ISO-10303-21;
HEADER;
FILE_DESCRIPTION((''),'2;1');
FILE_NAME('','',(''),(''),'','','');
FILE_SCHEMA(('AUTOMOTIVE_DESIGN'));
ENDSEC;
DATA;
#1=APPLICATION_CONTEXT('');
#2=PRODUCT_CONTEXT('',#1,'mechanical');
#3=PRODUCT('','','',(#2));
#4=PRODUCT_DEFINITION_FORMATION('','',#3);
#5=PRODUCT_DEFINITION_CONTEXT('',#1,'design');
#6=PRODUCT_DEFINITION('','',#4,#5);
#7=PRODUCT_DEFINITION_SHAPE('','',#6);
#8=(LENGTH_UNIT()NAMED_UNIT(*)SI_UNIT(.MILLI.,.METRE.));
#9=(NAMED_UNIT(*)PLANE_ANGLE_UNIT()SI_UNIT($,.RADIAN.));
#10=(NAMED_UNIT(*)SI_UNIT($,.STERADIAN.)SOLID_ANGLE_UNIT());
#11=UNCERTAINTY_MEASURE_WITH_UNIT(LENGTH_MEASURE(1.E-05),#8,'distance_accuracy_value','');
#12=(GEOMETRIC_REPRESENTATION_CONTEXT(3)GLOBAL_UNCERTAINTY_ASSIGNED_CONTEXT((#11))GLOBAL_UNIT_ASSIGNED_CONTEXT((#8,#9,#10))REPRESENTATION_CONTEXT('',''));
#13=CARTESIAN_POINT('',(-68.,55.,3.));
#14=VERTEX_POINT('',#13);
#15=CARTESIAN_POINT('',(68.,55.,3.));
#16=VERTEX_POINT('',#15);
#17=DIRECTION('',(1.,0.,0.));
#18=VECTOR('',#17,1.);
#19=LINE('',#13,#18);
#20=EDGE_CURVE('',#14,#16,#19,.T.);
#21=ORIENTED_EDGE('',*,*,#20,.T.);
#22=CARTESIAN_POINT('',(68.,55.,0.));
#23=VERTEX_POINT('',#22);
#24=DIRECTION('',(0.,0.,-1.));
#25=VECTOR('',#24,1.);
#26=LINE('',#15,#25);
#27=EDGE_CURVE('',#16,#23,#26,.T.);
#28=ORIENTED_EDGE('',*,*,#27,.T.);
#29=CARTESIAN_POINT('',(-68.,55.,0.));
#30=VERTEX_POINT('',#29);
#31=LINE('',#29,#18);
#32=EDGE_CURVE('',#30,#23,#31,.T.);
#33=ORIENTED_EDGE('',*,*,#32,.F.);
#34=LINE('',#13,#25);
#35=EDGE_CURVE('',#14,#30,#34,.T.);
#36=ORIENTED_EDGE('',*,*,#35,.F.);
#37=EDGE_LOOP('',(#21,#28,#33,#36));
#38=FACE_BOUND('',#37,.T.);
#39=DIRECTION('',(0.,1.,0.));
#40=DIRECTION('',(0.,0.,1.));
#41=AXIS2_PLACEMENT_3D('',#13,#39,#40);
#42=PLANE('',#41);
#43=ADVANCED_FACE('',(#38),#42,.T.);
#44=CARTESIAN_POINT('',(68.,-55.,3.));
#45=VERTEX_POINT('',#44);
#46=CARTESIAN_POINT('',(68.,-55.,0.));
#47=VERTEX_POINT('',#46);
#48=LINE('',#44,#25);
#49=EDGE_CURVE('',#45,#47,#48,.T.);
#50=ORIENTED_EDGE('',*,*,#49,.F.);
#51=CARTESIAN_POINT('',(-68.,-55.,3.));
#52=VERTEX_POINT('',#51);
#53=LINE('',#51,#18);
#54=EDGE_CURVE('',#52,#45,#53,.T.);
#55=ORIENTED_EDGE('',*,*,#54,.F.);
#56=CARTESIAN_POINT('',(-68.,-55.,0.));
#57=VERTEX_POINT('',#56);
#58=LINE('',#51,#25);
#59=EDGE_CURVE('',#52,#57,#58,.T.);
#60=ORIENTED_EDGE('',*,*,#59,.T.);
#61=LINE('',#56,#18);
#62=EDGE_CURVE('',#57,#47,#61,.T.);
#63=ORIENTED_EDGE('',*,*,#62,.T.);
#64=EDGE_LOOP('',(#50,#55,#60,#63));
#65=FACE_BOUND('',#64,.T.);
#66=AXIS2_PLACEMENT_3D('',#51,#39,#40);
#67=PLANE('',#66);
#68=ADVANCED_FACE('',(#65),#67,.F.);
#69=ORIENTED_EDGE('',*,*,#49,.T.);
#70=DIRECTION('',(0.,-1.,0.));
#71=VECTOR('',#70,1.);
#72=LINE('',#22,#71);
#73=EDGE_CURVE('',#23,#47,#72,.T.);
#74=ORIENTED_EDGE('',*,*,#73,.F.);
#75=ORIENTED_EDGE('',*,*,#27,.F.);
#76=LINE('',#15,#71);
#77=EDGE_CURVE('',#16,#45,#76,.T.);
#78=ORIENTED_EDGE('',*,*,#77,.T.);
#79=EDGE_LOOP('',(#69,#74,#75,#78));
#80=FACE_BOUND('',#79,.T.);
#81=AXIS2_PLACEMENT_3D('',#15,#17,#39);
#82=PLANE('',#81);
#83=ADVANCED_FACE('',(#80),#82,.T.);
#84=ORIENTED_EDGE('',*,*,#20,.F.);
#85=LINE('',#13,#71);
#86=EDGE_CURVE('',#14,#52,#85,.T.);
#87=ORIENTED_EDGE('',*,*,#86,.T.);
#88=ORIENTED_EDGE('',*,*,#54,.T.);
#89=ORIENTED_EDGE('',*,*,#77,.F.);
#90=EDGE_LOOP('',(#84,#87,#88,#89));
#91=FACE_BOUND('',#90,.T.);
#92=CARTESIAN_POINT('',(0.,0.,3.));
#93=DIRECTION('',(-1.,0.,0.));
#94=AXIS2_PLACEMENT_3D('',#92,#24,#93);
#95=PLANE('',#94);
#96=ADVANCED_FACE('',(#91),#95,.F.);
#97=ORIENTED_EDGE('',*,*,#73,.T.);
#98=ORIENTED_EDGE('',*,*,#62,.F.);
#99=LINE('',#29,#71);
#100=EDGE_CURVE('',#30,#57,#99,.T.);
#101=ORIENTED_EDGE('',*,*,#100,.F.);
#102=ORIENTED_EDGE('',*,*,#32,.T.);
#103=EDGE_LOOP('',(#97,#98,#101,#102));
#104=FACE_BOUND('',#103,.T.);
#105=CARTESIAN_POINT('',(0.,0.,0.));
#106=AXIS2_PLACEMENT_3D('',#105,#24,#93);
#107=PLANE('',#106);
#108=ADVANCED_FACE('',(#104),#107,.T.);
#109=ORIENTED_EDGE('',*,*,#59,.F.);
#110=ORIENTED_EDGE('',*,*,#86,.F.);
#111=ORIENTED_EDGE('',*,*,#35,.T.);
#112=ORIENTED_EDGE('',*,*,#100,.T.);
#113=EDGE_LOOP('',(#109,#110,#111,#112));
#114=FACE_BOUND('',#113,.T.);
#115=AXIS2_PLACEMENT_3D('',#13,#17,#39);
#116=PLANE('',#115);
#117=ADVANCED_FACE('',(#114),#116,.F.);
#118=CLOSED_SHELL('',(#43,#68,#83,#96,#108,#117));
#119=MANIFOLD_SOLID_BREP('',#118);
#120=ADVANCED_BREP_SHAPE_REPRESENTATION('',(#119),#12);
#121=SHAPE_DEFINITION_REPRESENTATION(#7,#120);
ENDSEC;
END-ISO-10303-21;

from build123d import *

# Parameters (mm, degrees)
SKETCH1_W           = 136
SKETCH1_H           = 110
BOSS_EXTRUDE1_DEPTH = 3


with BuildPart() as part:
    # Sketch1 → Boss-Extrude1 (new body)
    with BuildSketch(Plane.XY):
        Rectangle(SKETCH1_W, SKETCH1_H)
    extrude(amount=BOSS_EXTRUDE1_DEPTH)


solid = part.part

______

Work item>
From the line holding "#110=ORIENTED_EDGE('',*,*,#86,.F.);" down to the final line above, copy each line exactly, and leave out everything before it.

Exercise result>
#110=ORIENTED_EDGE('',*,*,#86,.F.);
#111=ORIENTED_EDGE('',*,*,#35,.T.);
#112=ORIENTED_EDGE('',*,*,#100,.T.);
#113=EDGE_LOOP('',(#109,#110,#111,#112));
#114=FACE_BOUND('',#113,.T.);
#115=AXIS2_PLACEMENT_3D('',#13,#17,#39);
#116=PLANE('',#115);
#117=ADVANCED_FACE('',(#114),#116,.F.);
#118=CLOSED_SHELL('',(#43,#68,#83,#96,#108,#117));
#119=MANIFOLD_SOLID_BREP('',#118);
#120=ADVANCED_BREP_SHAPE_REPRESENTATION('',(#119),#12);
#121=SHAPE_DEFINITION_REPRESENTATION(#7,#120);
ENDSEC;
END-ISO-10303-21;

from build123d import *

# Parameters (mm, degrees)
SKETCH1_W           = 136
SKETCH1_H           = 110
BOSS_EXTRUDE1_DEPTH = 3


with BuildPart() as part:
    # Sketch1 → Boss-Extrude1 (new body)
    with BuildSketch(Plane.XY):
        Rectangle(SKETCH1_W, SKETCH1_H)
    extrude(amount=BOSS_EXTRUDE1_DEPTH)


solid = part.part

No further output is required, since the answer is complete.